As denúncias partiram de um dossiê entregue à comissão, preparado por 15 médicos e ex-médicos da empresa. A Prevent Senior acusa os autores do documento de adulterar informações privadas de pacientes e se diz vítima de uma armação. Em depoimento à CPI, na quarta-feira (22), o diretor executivo médico da operadora, Pedro Benedito Batista Júnior, apontou inconsistências no dossiê, mas também confirmou procedimentos na empresa que corroboram denúncias.

Na quinta-feira (23), o Ministério Público de São Paulo criou uma força-tarefa para investigar o caso. A ANS (Agência Nacional de Saúde Suplementar) e o Conselho Federal de Medicina também apuram as suspeitas. Neste texto, o Nexo mostra quais irregularidades já foram confirmadas em depoimentos, entrevistas e por documentos (como prontuários e atestados de óbitos de pacientes) e o que ainda falta ser explicado no caso envolvendo a empresa.

Um estudo sem autorização

O dossiê enviado à CPI aponta que mortes foram omitidas de um estudo da Prevent Senior iniciado em 25 de março de 2020 para avaliar a eficácia da hidroxicloroquina e da azitromicina (um antibiótico) contra a covid-19. Na mesma data, o então ministro da Saúde, Luiz Henrique Mandetta, havia anunciado a distribuição da cloroquina como uma terapia auxiliar para pacientes hospitalizados com covid-19 em estado grave. A OMS (Organização Mundial da Saúde) abandonaria as pesquisas com a substância, por não encontrar benefícios, em 4 de julho de 2020.

O estudo contou com 636 pessoas, das quais 412 receberam o ‘kit covid’. Seus resultados sugerindo a eficácia da cloroquina começaram a circular na internet em 17 de abril, mas o trabalho só foi publicado num site de pré-prints (estudos não revisados por outros cientistas) em 20 de abril. A conclusão era que a necessidade de hospitalização foi quase três vezes maior entre os que não receberam os medicamentos.

Os pesquisadores citaram apenas duas mortes ocorridas entre os que tomaram os remédios, mas dizem que elas ocorreram devido a uma ‘síndrome coronariana aguda’ e a um ‘câncer metastático’. Uma planilha incluída no dossiê entregue à CPI, porém, aponta nove mortes, das quais seis estariam no grupo que recebeu hidroxicloroquina e azitromicina, e duas, no grupo controle – uma última aparece sem informações.

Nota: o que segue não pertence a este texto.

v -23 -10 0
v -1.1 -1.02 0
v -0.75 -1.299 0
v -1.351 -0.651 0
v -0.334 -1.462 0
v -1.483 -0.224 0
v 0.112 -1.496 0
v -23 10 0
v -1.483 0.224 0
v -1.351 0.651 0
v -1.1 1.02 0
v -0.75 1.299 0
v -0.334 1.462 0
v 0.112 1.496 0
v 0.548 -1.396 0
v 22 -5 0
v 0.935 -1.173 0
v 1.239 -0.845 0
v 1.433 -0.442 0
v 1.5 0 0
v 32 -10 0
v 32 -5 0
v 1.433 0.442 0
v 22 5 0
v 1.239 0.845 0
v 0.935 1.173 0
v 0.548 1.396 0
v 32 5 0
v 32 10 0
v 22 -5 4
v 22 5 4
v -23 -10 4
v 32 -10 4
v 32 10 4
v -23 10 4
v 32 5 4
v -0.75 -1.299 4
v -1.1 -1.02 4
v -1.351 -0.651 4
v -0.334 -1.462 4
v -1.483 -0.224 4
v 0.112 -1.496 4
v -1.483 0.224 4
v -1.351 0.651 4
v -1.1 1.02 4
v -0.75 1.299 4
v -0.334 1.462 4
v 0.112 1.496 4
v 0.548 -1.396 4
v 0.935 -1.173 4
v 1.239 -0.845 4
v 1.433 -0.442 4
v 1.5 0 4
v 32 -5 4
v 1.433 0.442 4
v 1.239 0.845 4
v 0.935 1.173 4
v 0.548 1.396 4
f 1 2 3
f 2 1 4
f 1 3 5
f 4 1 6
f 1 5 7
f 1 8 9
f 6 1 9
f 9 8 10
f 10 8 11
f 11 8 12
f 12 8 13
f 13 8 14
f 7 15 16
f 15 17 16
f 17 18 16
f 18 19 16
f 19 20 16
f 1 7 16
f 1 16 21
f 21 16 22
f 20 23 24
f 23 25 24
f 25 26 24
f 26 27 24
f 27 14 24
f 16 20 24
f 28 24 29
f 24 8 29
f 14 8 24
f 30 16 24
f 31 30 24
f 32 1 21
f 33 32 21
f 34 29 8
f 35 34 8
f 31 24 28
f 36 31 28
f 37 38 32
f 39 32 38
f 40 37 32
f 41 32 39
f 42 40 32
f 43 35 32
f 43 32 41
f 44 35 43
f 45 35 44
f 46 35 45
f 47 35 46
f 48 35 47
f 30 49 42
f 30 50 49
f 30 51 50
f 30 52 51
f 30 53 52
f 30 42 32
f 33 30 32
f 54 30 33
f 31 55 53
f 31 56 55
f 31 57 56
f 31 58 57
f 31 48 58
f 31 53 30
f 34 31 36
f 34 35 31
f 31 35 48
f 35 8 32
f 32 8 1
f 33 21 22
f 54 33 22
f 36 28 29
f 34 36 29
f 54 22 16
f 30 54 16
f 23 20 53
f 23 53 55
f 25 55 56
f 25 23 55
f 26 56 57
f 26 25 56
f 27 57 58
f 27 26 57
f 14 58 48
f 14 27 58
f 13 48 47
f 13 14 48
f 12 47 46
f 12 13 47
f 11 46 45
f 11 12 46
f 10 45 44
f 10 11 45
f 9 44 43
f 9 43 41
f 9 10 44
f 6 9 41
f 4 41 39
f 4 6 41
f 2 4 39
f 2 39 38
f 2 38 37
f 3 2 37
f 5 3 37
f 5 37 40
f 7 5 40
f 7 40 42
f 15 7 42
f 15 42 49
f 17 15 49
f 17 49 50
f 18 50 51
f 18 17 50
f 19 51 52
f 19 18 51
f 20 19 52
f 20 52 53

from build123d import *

# Parameters (mm, degrees)
F0_R     = 1.5
F1_DEPTH = 4


with BuildPart() as f1:
    # F0 (on Top) → F1 (new body)
    with BuildSketch(Plane.XY):
        Polygon((-23, 10), (-23, 0), (-23, -10), (32, -10), (32, -5), (22, -5), (22, 0), (22, 5), (32, 5), (32, 10), align=None)
        Circle(F0_R, mode=Mode.SUBTRACT)
    extrude(amount=F1_DEPTH)


solid = f1.part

Em seu depoimento, Pedro Benedito Batista Júnior disse à CPI que os dados fazem parte, na verdade, de um documento observacional – e não de um estudo. Inicialmente, porém, ele foi aprovado como estudo pela Conep (Comissão Nacional de Ética em Pesquisa) em 14 de abril, mas acabou suspenso no dia da sua publicação porque o órgão descobriu que ele tinha começado antes mesmo da aprovação, o que não é permitido. O caso foi enviado ao Ministério Público, que começou a investigá-lo em dezembro de 2020.

Em entrevista ao jornal Folha de S.Paulo, o presidente-executivo da Prevent Senior, Fernando Parrillo, também negou que os dados compilados tratavam-se de um estudo científico. ‘Era um acompanhamento observacional de pacientes, uma planilha das doenças e a evolução. Não foi usado placebo nem duplo cego, não foi randomizado, como se deve fazer em trabalhos desse tipo. Não faria sentido fazer uma pesquisa no meio da pandemia. Somos uma empresa privada, paga para salvar vidas’, afirmou.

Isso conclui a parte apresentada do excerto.